David Cameron : la lumière blairiste et l’ombre thatchérienne (LE MONDE)
Lentement mais sûrement, l’écart dans les sondages se resserre entre les travaillistes et les conservateurs britanniques. De 10 points en moyenne, il y a quelques mois, il n’est plus aujourd’hui que de 3 à 5 points. David Cameron devrait néanmoins succéder à Gordon Brown au soir du 6 mai, mais une victoire des travaillistes, aussi extraordinaire soit-elle, n’est plus à exclure.
David Cameron devrait nettement devancer son concurrent travailliste et rêver d’une majorité écrasante à la Chambre des communes, ce qu’il n’obtiendra pas. C’est donc un échec pour le jeune leader conservateur, qui depuis cinq ans prône un "conservatisme compassionnel" en rupture avec l’ultralibéralisme thatchérien. Il a, en ce sens, défendu les services publics, s’est préoccupé de l’appauvrissement des classes populaires et moyennes ou du chômage des jeunes. Il s’avère aujourd’hui que le public peine à trouver convaincant ce discours "moderniste". Le manque d’enthousiasme à l’égard des conservateurs s’expliquerait-il par l’image insincère de leur leader ? Nombre de commentateurs donnent quelque crédit à cette thèse. En réalité, ce sont bien des questions politiques lourdes qui inquiètent les électeurs.

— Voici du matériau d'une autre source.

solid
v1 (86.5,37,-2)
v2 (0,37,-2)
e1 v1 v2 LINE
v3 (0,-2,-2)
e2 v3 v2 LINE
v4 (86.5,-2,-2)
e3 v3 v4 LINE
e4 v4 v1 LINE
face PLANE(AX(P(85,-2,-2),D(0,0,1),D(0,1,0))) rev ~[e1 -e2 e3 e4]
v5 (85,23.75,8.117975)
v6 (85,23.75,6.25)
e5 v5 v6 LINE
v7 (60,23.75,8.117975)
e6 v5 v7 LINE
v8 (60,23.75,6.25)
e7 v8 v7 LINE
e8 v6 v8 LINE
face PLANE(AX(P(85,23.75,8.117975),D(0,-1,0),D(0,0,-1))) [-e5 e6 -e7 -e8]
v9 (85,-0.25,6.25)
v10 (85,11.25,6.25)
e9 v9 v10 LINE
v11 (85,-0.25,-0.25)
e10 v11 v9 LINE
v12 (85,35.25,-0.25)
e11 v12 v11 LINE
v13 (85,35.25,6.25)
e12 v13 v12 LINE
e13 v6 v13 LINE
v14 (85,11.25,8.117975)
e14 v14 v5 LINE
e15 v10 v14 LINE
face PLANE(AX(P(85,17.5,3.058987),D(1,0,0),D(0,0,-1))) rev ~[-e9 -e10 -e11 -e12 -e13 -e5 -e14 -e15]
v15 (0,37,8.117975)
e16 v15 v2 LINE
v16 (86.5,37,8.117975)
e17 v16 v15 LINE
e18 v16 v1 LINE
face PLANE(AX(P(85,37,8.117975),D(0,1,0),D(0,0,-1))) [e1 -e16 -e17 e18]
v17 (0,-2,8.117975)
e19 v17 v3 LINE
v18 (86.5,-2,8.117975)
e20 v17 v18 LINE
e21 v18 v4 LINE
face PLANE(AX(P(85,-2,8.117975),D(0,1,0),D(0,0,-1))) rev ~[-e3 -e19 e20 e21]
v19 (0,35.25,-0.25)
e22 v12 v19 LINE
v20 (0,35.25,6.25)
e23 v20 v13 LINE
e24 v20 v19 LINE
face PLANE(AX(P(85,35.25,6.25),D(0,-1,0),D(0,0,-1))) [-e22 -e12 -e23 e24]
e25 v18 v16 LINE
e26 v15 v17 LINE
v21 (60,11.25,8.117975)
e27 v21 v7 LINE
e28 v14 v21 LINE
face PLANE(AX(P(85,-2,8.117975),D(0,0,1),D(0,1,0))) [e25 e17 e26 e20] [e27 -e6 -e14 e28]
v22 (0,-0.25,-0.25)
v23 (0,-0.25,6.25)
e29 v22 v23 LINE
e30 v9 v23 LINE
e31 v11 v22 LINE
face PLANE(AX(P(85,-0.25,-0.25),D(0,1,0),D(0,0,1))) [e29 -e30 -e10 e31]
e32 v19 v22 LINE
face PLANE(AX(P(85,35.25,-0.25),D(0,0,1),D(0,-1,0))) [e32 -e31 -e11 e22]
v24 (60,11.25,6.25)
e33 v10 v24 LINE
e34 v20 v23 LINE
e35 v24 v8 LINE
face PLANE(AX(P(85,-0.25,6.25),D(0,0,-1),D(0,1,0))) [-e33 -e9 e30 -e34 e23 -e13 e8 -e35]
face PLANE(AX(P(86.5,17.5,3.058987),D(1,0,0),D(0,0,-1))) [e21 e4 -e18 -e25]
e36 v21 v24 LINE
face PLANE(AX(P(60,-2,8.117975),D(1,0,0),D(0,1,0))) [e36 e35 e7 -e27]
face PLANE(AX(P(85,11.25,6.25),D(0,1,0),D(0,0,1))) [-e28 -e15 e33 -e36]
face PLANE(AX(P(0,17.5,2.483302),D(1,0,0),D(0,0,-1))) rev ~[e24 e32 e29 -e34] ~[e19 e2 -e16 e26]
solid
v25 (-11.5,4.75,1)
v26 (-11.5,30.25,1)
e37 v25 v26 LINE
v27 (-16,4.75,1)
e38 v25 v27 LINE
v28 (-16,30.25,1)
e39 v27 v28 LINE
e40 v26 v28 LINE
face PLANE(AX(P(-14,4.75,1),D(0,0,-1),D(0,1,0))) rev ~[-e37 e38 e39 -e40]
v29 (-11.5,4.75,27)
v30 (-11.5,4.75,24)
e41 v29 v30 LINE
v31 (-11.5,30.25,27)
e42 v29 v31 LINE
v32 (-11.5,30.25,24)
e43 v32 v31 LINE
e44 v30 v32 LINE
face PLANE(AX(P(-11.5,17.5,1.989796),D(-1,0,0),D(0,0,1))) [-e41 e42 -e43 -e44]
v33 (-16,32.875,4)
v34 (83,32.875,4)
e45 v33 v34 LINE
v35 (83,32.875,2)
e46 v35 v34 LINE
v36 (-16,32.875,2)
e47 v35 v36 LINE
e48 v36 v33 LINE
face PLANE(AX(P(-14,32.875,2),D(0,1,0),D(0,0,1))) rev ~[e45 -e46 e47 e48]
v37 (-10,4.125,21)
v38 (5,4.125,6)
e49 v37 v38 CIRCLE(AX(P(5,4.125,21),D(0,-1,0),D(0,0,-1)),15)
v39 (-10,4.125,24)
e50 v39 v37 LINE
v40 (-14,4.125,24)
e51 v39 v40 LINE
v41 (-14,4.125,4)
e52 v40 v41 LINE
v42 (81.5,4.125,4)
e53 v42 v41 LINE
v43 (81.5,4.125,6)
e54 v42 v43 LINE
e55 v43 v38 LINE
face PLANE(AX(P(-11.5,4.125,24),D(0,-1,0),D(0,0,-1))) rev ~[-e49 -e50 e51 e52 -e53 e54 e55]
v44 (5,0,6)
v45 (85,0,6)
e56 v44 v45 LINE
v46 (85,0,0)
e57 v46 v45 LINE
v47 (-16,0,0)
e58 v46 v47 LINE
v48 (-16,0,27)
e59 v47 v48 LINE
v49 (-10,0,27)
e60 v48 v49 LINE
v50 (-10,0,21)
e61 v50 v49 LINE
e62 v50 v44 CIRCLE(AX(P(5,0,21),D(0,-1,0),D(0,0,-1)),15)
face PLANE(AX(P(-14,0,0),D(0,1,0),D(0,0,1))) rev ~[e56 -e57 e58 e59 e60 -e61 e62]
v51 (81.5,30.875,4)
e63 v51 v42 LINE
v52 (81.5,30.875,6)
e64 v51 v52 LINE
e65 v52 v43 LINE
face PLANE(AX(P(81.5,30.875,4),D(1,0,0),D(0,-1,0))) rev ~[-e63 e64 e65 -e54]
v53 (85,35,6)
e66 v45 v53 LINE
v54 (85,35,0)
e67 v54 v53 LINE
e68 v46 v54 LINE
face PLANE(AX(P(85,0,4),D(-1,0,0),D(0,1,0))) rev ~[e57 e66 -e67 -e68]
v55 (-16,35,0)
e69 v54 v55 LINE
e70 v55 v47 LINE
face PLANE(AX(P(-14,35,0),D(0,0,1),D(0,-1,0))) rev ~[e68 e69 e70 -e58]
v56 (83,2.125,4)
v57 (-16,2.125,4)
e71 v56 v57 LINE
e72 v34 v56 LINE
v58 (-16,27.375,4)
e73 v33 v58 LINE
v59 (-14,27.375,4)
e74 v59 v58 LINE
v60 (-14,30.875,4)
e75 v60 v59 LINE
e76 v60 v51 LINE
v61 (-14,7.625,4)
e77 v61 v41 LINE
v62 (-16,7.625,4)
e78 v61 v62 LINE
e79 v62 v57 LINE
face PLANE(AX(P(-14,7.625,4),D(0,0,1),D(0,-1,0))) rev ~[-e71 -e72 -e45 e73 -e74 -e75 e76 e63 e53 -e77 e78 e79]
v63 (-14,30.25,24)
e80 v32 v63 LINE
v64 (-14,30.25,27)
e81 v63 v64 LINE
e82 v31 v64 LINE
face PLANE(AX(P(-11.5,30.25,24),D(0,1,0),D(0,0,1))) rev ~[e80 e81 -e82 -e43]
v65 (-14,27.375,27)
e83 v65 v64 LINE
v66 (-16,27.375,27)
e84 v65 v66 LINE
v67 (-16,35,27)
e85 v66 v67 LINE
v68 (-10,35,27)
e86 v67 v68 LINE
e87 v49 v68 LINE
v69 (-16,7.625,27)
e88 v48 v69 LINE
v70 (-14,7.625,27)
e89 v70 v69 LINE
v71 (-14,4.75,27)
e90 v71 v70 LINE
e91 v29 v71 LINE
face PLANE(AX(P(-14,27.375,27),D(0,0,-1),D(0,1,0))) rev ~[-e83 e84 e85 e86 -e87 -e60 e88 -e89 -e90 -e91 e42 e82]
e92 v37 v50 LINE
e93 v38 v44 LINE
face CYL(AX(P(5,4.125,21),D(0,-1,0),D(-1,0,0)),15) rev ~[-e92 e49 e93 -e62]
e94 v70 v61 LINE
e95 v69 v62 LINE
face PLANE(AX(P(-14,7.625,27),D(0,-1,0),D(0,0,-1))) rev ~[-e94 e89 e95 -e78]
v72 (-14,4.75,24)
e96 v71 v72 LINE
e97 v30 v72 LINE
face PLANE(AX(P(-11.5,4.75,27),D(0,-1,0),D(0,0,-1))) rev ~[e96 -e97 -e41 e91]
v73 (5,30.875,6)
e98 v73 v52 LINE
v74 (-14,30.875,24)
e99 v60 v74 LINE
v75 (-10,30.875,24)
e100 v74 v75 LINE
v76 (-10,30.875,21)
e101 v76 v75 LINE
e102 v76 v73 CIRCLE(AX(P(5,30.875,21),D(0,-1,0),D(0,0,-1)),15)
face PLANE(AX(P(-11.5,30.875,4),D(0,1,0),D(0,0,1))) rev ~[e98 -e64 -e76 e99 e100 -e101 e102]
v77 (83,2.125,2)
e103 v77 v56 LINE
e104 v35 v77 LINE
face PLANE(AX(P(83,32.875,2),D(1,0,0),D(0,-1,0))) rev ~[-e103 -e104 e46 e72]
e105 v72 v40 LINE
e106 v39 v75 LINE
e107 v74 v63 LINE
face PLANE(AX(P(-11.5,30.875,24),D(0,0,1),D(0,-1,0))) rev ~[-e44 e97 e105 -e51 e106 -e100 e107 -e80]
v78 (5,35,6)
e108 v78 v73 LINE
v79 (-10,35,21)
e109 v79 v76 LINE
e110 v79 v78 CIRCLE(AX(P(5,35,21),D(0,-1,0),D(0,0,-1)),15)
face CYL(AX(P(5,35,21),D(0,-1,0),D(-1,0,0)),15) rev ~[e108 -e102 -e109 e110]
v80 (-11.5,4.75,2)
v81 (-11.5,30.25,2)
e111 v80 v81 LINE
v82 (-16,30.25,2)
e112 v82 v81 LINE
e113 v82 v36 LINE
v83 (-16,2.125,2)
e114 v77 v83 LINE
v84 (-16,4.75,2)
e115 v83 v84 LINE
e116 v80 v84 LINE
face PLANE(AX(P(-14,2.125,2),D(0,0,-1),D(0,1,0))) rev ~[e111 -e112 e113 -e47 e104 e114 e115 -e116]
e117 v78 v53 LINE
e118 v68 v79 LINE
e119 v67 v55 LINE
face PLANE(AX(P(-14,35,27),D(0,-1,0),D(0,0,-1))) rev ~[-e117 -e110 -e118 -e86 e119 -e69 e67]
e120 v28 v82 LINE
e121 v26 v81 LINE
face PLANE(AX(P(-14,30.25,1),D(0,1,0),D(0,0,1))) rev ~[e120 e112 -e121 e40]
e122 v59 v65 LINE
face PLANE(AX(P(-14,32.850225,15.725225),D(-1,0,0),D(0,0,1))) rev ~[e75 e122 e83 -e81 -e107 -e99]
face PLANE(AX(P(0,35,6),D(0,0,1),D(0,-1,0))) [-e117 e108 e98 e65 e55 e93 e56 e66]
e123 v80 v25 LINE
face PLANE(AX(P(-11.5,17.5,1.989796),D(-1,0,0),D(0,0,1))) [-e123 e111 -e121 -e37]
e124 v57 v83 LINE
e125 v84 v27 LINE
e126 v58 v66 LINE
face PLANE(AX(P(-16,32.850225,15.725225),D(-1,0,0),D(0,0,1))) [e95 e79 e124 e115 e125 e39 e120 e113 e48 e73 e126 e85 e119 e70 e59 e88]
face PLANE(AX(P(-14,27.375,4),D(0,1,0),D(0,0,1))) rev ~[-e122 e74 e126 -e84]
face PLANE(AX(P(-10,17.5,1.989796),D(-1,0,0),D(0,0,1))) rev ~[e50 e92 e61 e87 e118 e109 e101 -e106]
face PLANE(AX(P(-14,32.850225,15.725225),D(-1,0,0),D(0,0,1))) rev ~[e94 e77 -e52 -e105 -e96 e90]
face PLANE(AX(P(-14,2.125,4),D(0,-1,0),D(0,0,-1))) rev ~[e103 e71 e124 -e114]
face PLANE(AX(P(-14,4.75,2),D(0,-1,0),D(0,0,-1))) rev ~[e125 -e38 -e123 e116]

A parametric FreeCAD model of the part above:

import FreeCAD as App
import Part
import Sketcher
from FreeCAD import Vector
Q = App.Units.Quantity


def edges_at(feature, points):
    """Names of the edges that pass closest to the given points."""
    edges = feature.Shape.Edges
    near = lambda p: min(range(len(edges)), key=lambda i: edges[i].distToShape(Part.Vertex(*p))[0])
    return sorted({f"Edge{near(p) + 1}" for p in points})

doc = App.newDocument("Part")
body = doc.addObject("PartDesign::Body", "Body")

# Sketch on XY plane
sketch1 = body.newObject("Sketcher::SketchObject", "Sketch")
sketch1.AttachmentSupport = (doc.getObject("XY_Plane"), [""])
sketch1.MapMode = "FlatFace"
sketch1.addGeometry(Part.LineSegment(Vector(0, 35, 0), Vector(0, 0, 0)), False)
sketch1.addGeometry(Part.LineSegment(Vector(0, 0, 0), Vector(85, 0, 0)), False)
sketch1.addGeometry(Part.LineSegment(Vector(85, 0, 0), Vector(85, 35, 0)), False)
sketch1.addGeometry(Part.LineSegment(Vector(85, 35, 0), Vector(0, 35, 0)), False)
sketch1.addConstraint(Sketcher.Constraint("Coincident", 0, 2, 1, 1))
sketch1.addConstraint(Sketcher.Constraint("Coincident", 1, 2, 2, 1))
sketch1.addConstraint(Sketcher.Constraint("Coincident", 2, 2, 3, 1))
sketch1.addConstraint(Sketcher.Constraint("Coincident", 3, 2, 0, 1))
sketch1.addConstraint(Sketcher.Constraint("Vertical", 0))
sketch1.addConstraint(Sketcher.Constraint("Horizontal", 1))
sketch1.addConstraint(Sketcher.Constraint("Vertical", 2))
sketch1.addConstraint(Sketcher.Constraint("Horizontal", 3))
sketch1.addConstraint(Sketcher.Constraint("Coincident", 0, 2, -1, 1))
sketch1.addConstraint(Sketcher.Constraint("DistanceX", 1, 1, 1, 2, Q("85 mm")))
sketch1.addConstraint(Sketcher.Constraint("DistanceY", 0, 2, 0, 1, Q("35 mm")))
pad1 = body.newObject("PartDesign::Pad", "Pad")
pad1.Profile = sketch1
pad1.Length = 2

# Sketch on XY plane
sketch2 = body.newObject("Sketcher::SketchObject", "Sketch001")
sketch2.AttachmentSupport = (doc.getObject("XY_Plane"), [""])
sketch2.MapMode = "FlatFace"
sketch2.AttachmentOffset = App.Placement(Vector(0, 0, 2), App.Rotation())
sketch2.addGeometry(Part.LineSegment(Vector(83, 2.1, 0), Vector(0, 2.1, 0)), False)
sketch2.addGeometry(Part.LineSegment(Vector(0, 2.1, 0), Vector(0, 0, 0)), False)
sketch2.addGeometry(Part.LineSegment(Vector(0, 0, 0), Vector(85, 0, 0)), False)
sketch2.addGeometry(Part.LineSegment(Vector(85, 0, 0), Vector(85, 35, 0)), False)
sketch2.addGeometry(Part.LineSegment(Vector(85, 35, 0), Vector(0, 35, 0)), False)
sketch2.addGeometry(Part.LineSegment(Vector(0, 35, 0), Vector(0, 32.9, 0)), False)
sketch2.addGeometry(Part.LineSegment(Vector(0, 32.9, 0), Vector(83, 32.9, 0)), False)
sketch2.addGeometry(Part.LineSegment(Vector(83, 32.9, 0), Vector(83, 2.1, 0)), False)
sketch2.addConstraint(Sketcher.Constraint("Coincident", 0, 2, 1, 1))
sketch2.addConstraint(Sketcher.Constraint("Coincident", 1, 2, 2, 1))
sketch2.addConstraint(Sketcher.Constraint("Coincident", 2, 2, 3, 1))
sketch2.addConstraint(Sketcher.Constraint("Coincident", 3, 2, 4, 1))
sketch2.addConstraint(Sketcher.Constraint("Coincident", 4, 2, 5, 1))
sketch2.addConstraint(Sketcher.Constraint("Coincident", 5, 2, 6, 1))
sketch2.addConstraint(Sketcher.Constraint("Coincident", 6, 2, 7, 1))
sketch2.addConstraint(Sketcher.Constraint("Coincident", 7, 2, 0, 1))
sketch2.addConstraint(Sketcher.Constraint("Horizontal", 0))
sketch2.addConstraint(Sketcher.Constraint("Vertical", 1))
sketch2.addConstraint(Sketcher.Constraint("Horizontal", 2))
sketch2.addConstraint(Sketcher.Constraint("Vertical", 3))
sketch2.addConstraint(Sketcher.Constraint("Horizontal", 4))
sketch2.addConstraint(Sketcher.Constraint("Vertical", 5))
sketch2.addConstraint(Sketcher.Constraint("Horizontal", 6))
sketch2.addConstraint(Sketcher.Constraint("Vertical", 7))
sketch2.addConstraint(Sketcher.Constraint("Coincident", 1, 2, -1, 1))
sketch2.addConstraint(Sketcher.Constraint("PointOnObject", 4, 2, -2))
sketch2.addConstraint(Sketcher.Constraint("Equal", 1, 5))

Le manifeste électoral propose une synthèse entre "modernisme" et traditionalisme conservateurs. Du côté "moderne", une chorégraphie proche du New Labour première manière : un rendez-vous donné à Battersea, la centrale électrique rendue célèbre par le groupe Pink Floyd, et une "une invitation à rejoindre le gouvernement de Grande-Bretagne" adressée à chaque électeur. Les conservateurs encouragent les citoyens "à diriger le pays" aux côtés du futur gouvernement. Blairiste en diable, Cameron a affirmé devant les médias que la "société existait bien" (Margaret Thatcher prétendit un jour le contraire), mais que les forces sociales ne se confondaient pas avec celles de l’Etat. Empruntant au vocabulaire de la Société des fabiens (à l’origine de la fondation du Parti travailliste en 1900), David Cameron a estimé que la "force collective permettra de résoudre [les] problèmes majeurs". Rassembleur, il a ébauché les contours d’une "Grande Société" (Big Society) qui présidera au plus grand mouvement de décentralisation dans l’histoire du royaume, de l’Etat vers les citoyens : référendum sur toute question locale qui recueillerait 5 % de signataires, droit accordé aux parents de "sauver" les écoles et de les administrer, possibilité de créer des "coopératives" dans le secteur public ou encore droit de rappel des députés "défaillants" selon le modèle californien.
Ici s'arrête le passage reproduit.